─── Exercise data

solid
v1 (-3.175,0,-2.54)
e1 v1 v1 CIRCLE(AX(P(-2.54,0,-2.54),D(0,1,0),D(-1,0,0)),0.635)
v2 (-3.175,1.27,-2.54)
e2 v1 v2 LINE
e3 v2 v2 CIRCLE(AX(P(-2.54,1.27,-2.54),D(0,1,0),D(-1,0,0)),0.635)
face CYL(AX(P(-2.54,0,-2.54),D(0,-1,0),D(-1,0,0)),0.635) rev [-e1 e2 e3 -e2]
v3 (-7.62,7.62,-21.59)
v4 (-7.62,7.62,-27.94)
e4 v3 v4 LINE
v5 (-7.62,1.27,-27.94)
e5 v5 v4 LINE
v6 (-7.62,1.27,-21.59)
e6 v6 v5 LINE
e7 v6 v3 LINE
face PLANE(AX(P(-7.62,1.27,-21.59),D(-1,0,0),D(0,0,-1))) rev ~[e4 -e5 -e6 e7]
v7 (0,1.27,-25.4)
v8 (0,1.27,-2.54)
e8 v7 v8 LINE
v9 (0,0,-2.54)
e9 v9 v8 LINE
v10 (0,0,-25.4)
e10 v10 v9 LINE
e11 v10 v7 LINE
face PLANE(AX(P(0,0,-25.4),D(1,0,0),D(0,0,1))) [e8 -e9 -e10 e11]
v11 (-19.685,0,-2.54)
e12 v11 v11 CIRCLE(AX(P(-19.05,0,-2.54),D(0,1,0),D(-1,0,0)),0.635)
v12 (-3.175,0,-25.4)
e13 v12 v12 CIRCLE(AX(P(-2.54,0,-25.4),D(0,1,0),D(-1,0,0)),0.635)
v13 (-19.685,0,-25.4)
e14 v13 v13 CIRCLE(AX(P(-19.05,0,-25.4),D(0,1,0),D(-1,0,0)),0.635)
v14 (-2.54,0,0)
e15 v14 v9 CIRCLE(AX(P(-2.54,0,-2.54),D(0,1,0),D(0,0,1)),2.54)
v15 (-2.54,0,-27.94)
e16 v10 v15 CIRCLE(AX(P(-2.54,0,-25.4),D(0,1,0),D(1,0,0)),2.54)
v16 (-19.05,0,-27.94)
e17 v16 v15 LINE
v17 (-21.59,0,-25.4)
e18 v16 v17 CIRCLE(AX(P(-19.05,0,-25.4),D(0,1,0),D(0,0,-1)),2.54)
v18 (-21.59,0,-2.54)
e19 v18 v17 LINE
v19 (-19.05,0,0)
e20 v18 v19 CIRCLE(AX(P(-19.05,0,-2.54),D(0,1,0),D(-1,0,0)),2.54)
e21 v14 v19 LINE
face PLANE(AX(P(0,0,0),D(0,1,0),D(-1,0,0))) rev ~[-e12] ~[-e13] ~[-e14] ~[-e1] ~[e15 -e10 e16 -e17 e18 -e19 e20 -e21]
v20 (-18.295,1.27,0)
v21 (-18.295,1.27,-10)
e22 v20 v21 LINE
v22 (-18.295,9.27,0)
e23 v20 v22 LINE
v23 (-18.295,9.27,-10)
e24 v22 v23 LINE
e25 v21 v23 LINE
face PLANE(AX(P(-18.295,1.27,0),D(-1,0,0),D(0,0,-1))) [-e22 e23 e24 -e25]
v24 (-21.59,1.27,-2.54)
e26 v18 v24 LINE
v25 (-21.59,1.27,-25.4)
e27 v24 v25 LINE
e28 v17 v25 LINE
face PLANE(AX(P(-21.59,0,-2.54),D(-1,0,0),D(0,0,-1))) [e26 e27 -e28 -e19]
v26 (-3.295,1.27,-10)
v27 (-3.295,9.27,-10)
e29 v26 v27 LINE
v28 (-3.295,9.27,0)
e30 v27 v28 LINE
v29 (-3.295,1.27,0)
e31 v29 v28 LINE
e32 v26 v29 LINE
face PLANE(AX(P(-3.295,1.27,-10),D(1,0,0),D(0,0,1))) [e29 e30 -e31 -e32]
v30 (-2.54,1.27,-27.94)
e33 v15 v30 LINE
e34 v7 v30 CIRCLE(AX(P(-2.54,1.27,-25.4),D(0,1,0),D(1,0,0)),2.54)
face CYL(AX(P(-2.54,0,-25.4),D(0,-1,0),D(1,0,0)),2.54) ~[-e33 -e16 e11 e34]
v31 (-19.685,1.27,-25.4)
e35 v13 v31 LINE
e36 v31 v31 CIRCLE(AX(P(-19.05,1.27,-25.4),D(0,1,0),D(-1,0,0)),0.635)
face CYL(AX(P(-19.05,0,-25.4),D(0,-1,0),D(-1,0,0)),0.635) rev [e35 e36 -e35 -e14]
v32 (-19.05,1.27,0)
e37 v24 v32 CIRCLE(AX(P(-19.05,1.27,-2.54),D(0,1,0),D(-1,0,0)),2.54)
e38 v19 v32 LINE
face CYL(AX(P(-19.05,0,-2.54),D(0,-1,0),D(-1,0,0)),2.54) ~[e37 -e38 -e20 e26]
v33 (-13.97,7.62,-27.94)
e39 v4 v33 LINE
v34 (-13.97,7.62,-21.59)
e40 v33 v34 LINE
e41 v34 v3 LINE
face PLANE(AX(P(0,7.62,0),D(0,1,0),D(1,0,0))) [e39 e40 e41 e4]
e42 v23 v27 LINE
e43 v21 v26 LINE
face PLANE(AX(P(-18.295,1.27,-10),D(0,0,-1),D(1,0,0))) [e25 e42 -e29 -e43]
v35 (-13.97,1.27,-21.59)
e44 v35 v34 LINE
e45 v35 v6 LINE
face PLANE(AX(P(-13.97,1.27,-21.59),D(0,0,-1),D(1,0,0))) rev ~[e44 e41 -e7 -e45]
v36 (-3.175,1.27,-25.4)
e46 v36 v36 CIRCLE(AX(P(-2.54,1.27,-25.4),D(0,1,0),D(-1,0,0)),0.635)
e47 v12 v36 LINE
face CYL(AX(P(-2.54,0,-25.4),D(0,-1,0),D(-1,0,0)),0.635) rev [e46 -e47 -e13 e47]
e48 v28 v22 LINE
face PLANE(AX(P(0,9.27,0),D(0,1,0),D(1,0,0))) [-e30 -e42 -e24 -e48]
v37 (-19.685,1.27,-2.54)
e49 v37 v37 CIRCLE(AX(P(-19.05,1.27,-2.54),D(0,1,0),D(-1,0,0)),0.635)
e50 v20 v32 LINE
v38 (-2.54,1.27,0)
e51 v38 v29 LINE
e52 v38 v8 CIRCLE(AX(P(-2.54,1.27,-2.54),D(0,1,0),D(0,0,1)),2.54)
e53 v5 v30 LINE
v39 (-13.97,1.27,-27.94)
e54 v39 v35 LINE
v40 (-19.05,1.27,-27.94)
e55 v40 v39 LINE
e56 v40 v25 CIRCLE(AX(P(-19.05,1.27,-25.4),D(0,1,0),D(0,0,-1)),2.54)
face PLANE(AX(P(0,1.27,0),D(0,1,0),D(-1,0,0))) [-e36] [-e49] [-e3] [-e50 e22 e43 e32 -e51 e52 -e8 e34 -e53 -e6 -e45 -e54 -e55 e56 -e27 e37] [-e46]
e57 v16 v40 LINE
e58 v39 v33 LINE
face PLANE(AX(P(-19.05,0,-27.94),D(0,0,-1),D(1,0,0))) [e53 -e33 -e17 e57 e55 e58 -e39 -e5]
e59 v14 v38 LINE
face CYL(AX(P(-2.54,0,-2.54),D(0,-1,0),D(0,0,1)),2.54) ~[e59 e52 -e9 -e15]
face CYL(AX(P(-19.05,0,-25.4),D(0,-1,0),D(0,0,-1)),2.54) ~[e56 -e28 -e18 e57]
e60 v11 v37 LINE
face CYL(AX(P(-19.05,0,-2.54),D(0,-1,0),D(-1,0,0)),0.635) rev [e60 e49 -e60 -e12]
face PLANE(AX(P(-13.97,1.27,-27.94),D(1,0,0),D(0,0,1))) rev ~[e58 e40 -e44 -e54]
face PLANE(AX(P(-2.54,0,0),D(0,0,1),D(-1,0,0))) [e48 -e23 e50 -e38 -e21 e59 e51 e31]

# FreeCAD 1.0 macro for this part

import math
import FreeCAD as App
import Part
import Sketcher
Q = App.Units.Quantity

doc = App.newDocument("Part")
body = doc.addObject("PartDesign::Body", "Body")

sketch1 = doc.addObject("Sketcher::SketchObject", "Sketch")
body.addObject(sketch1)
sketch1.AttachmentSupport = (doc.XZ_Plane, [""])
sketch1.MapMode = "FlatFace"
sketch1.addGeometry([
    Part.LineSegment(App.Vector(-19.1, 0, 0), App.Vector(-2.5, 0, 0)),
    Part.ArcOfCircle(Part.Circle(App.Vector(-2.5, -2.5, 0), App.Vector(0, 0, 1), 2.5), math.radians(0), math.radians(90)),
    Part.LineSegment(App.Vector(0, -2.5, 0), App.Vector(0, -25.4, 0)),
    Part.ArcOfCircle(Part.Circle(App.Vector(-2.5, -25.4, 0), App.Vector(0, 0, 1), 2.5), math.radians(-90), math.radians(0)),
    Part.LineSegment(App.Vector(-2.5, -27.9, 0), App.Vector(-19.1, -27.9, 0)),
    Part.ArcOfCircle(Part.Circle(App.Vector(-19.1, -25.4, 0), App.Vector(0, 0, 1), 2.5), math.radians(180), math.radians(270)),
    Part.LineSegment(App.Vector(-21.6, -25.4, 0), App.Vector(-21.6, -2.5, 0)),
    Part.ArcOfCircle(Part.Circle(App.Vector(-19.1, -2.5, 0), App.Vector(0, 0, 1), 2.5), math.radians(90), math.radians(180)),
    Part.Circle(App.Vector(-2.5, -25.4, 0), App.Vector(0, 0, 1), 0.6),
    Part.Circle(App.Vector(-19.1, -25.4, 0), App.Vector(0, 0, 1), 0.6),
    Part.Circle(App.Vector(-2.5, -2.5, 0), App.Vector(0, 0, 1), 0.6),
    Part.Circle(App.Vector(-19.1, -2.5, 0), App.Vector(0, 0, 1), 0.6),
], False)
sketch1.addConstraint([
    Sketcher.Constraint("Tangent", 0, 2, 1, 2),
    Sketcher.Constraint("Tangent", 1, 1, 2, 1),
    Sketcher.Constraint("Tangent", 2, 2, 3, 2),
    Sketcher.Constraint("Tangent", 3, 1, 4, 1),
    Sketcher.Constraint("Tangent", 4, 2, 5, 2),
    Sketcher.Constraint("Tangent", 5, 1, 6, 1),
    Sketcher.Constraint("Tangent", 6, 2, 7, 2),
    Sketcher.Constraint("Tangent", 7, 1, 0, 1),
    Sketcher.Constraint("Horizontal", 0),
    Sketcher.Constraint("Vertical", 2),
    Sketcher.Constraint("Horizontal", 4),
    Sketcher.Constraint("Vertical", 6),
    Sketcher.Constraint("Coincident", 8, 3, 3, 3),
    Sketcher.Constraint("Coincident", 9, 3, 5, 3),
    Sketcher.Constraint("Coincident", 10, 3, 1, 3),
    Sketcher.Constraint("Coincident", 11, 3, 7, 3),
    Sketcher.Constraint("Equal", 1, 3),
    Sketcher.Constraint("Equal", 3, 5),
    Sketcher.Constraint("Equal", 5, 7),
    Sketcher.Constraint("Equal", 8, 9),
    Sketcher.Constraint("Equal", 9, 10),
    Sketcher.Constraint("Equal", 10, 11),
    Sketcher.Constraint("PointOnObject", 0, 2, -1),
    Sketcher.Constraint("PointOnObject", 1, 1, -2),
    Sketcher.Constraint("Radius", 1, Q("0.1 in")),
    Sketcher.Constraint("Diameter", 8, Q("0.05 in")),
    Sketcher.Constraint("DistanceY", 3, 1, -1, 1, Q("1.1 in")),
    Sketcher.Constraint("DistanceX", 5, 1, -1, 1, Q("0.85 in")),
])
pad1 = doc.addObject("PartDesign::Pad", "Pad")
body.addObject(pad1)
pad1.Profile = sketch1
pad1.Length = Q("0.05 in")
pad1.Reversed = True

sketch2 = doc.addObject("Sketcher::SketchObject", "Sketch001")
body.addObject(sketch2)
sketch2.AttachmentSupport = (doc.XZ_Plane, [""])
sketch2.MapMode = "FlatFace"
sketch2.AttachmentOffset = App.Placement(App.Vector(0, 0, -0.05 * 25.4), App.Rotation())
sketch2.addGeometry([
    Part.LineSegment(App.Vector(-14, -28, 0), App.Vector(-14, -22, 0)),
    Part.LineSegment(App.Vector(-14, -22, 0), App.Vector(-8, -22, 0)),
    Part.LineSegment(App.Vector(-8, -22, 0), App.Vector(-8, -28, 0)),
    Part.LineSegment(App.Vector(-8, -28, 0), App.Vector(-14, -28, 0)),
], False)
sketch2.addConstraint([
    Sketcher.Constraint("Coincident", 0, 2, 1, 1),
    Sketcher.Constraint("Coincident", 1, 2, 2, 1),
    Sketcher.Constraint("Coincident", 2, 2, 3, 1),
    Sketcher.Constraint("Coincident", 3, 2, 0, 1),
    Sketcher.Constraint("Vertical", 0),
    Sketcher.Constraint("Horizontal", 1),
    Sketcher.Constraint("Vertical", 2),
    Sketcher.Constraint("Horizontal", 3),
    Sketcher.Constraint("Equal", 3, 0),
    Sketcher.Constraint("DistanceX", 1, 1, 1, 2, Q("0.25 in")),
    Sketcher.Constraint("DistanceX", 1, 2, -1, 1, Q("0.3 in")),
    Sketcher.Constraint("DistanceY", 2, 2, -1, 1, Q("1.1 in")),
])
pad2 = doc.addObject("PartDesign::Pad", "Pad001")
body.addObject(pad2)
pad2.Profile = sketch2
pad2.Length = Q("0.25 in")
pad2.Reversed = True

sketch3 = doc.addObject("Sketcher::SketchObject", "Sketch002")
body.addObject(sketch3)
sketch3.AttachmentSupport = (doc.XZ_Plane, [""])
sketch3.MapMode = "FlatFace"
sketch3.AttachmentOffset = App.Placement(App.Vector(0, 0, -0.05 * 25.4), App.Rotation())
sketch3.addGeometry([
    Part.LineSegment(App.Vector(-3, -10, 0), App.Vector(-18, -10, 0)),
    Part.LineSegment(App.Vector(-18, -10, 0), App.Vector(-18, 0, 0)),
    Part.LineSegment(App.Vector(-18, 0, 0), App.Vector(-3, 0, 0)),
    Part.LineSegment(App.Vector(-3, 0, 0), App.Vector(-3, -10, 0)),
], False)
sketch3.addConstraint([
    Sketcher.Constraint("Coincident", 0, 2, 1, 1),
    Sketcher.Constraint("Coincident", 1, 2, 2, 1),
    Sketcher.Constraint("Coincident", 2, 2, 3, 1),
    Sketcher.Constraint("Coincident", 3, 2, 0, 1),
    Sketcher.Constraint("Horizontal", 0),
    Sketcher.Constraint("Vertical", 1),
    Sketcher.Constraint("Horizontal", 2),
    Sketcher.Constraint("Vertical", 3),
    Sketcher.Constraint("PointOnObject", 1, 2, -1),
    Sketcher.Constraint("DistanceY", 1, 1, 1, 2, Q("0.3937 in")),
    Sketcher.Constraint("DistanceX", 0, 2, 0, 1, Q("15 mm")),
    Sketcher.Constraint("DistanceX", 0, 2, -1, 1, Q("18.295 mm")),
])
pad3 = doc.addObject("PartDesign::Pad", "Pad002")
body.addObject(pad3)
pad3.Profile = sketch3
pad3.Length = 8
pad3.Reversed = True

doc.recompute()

──────
─── Exercise data

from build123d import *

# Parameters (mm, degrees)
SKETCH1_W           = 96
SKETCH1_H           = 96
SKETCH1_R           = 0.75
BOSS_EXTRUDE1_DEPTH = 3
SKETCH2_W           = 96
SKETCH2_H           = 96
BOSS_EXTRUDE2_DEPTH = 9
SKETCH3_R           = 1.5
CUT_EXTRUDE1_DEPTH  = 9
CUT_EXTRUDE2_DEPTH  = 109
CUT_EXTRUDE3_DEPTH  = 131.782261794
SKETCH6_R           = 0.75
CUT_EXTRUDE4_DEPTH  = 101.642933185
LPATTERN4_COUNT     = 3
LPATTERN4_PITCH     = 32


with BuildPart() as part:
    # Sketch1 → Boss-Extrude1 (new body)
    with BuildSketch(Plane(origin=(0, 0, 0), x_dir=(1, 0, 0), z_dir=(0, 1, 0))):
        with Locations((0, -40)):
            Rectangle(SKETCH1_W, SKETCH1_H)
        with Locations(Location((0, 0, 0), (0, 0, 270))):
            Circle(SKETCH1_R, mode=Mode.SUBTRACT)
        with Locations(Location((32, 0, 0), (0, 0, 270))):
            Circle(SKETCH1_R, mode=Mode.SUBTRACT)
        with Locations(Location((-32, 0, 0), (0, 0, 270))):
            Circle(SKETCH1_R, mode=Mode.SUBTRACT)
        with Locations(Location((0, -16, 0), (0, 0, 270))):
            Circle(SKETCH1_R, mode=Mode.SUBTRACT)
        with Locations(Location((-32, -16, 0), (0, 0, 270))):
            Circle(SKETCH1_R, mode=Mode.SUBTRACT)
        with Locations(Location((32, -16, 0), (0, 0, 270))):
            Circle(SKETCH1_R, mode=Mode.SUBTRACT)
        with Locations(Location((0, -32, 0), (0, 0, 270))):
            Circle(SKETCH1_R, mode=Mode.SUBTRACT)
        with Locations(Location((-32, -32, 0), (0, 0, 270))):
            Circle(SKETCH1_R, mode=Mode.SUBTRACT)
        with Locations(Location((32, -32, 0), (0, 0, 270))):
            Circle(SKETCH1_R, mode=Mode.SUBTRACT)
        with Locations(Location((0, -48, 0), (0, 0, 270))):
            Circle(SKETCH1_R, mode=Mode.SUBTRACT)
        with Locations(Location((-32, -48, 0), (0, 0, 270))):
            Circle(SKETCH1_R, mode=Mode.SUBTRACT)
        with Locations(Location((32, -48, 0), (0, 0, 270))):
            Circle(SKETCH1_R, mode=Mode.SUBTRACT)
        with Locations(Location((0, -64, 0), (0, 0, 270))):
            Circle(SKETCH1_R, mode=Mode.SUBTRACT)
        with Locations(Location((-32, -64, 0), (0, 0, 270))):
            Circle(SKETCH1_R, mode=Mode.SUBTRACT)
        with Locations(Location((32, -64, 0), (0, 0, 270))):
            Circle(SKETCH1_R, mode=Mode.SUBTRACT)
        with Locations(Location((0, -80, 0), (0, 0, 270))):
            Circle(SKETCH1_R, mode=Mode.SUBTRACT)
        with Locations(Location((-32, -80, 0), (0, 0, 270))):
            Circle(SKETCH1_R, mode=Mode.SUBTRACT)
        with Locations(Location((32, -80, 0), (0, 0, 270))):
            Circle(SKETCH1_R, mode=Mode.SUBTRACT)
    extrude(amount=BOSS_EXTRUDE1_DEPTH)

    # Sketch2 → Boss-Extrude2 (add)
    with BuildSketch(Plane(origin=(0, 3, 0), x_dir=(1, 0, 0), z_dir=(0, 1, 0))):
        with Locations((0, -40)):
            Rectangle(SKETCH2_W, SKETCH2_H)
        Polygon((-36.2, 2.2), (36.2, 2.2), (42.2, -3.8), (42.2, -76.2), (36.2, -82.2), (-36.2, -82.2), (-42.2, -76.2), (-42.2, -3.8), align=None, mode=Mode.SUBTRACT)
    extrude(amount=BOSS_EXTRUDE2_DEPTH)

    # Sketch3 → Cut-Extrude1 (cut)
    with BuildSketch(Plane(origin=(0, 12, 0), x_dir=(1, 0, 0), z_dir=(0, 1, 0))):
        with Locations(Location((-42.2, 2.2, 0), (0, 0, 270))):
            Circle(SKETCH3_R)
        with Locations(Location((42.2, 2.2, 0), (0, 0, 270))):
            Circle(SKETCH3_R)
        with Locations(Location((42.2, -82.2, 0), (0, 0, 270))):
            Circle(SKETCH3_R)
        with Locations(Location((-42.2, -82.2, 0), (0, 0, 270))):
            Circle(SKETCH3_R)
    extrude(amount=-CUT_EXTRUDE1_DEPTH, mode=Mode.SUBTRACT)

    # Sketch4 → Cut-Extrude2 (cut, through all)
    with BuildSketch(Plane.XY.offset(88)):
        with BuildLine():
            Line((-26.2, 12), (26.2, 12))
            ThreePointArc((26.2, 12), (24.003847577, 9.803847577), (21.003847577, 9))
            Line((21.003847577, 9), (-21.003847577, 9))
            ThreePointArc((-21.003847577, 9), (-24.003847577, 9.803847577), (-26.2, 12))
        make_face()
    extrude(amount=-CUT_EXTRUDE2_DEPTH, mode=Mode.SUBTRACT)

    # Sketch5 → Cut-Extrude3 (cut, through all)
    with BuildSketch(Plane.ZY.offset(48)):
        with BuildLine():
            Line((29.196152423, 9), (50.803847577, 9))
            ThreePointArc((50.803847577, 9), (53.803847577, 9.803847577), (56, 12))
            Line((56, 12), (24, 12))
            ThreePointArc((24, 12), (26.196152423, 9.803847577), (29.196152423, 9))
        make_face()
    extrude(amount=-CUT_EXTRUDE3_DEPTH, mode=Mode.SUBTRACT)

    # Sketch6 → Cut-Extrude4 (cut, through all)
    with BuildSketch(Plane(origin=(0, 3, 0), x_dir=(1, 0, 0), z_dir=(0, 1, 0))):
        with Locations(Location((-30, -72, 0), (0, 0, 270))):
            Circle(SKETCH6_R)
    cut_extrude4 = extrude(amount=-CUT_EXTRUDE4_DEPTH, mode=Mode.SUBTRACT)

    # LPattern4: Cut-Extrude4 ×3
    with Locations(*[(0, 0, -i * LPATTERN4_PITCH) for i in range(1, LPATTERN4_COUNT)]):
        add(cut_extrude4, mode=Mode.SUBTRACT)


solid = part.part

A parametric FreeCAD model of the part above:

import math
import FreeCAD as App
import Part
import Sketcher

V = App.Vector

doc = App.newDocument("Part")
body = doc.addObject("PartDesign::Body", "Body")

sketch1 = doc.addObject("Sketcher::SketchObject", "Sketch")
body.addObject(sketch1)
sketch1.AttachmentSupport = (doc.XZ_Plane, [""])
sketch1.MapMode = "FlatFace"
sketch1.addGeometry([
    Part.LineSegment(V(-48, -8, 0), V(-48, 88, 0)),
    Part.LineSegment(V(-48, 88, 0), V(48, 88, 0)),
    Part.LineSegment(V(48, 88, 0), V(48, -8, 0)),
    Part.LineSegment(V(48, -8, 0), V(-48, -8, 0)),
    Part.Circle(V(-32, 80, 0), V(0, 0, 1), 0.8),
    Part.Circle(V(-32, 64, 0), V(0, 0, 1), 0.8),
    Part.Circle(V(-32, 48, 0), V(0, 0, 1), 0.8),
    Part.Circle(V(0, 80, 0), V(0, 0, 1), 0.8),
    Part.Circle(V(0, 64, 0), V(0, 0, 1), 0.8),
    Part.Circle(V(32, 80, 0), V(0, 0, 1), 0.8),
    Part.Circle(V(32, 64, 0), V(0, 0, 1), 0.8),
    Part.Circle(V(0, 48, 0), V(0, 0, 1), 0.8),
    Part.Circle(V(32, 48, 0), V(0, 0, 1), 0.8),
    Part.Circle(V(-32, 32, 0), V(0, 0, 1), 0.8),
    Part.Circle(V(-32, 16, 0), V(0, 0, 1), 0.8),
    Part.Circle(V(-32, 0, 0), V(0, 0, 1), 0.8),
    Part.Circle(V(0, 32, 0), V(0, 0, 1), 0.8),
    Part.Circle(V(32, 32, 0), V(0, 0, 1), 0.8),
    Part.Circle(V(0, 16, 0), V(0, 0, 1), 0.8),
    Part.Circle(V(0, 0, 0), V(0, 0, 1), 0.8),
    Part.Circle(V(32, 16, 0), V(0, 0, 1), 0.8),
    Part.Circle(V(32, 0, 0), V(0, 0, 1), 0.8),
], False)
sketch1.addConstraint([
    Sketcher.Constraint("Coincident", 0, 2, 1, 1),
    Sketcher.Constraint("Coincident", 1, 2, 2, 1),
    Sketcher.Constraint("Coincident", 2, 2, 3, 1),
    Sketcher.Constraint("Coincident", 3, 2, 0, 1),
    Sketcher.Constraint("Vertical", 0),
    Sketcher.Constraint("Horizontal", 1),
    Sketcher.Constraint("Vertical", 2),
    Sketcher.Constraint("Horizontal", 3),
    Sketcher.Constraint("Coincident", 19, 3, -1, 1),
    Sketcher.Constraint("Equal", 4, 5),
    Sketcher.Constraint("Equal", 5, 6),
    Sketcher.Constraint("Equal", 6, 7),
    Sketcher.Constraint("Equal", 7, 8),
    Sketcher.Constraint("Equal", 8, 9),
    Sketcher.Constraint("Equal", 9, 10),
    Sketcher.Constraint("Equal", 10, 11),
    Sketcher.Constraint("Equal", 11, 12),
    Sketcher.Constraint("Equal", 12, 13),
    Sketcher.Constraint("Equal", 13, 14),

──────

Please give an exact copy of the lines above, beginning with the line containing "solid = part.part" and running through the line containing "A parametric FreeCAD", and of no other lines.

Exercise answer >>
solid = part.part

A parametric FreeCAD model of the part above:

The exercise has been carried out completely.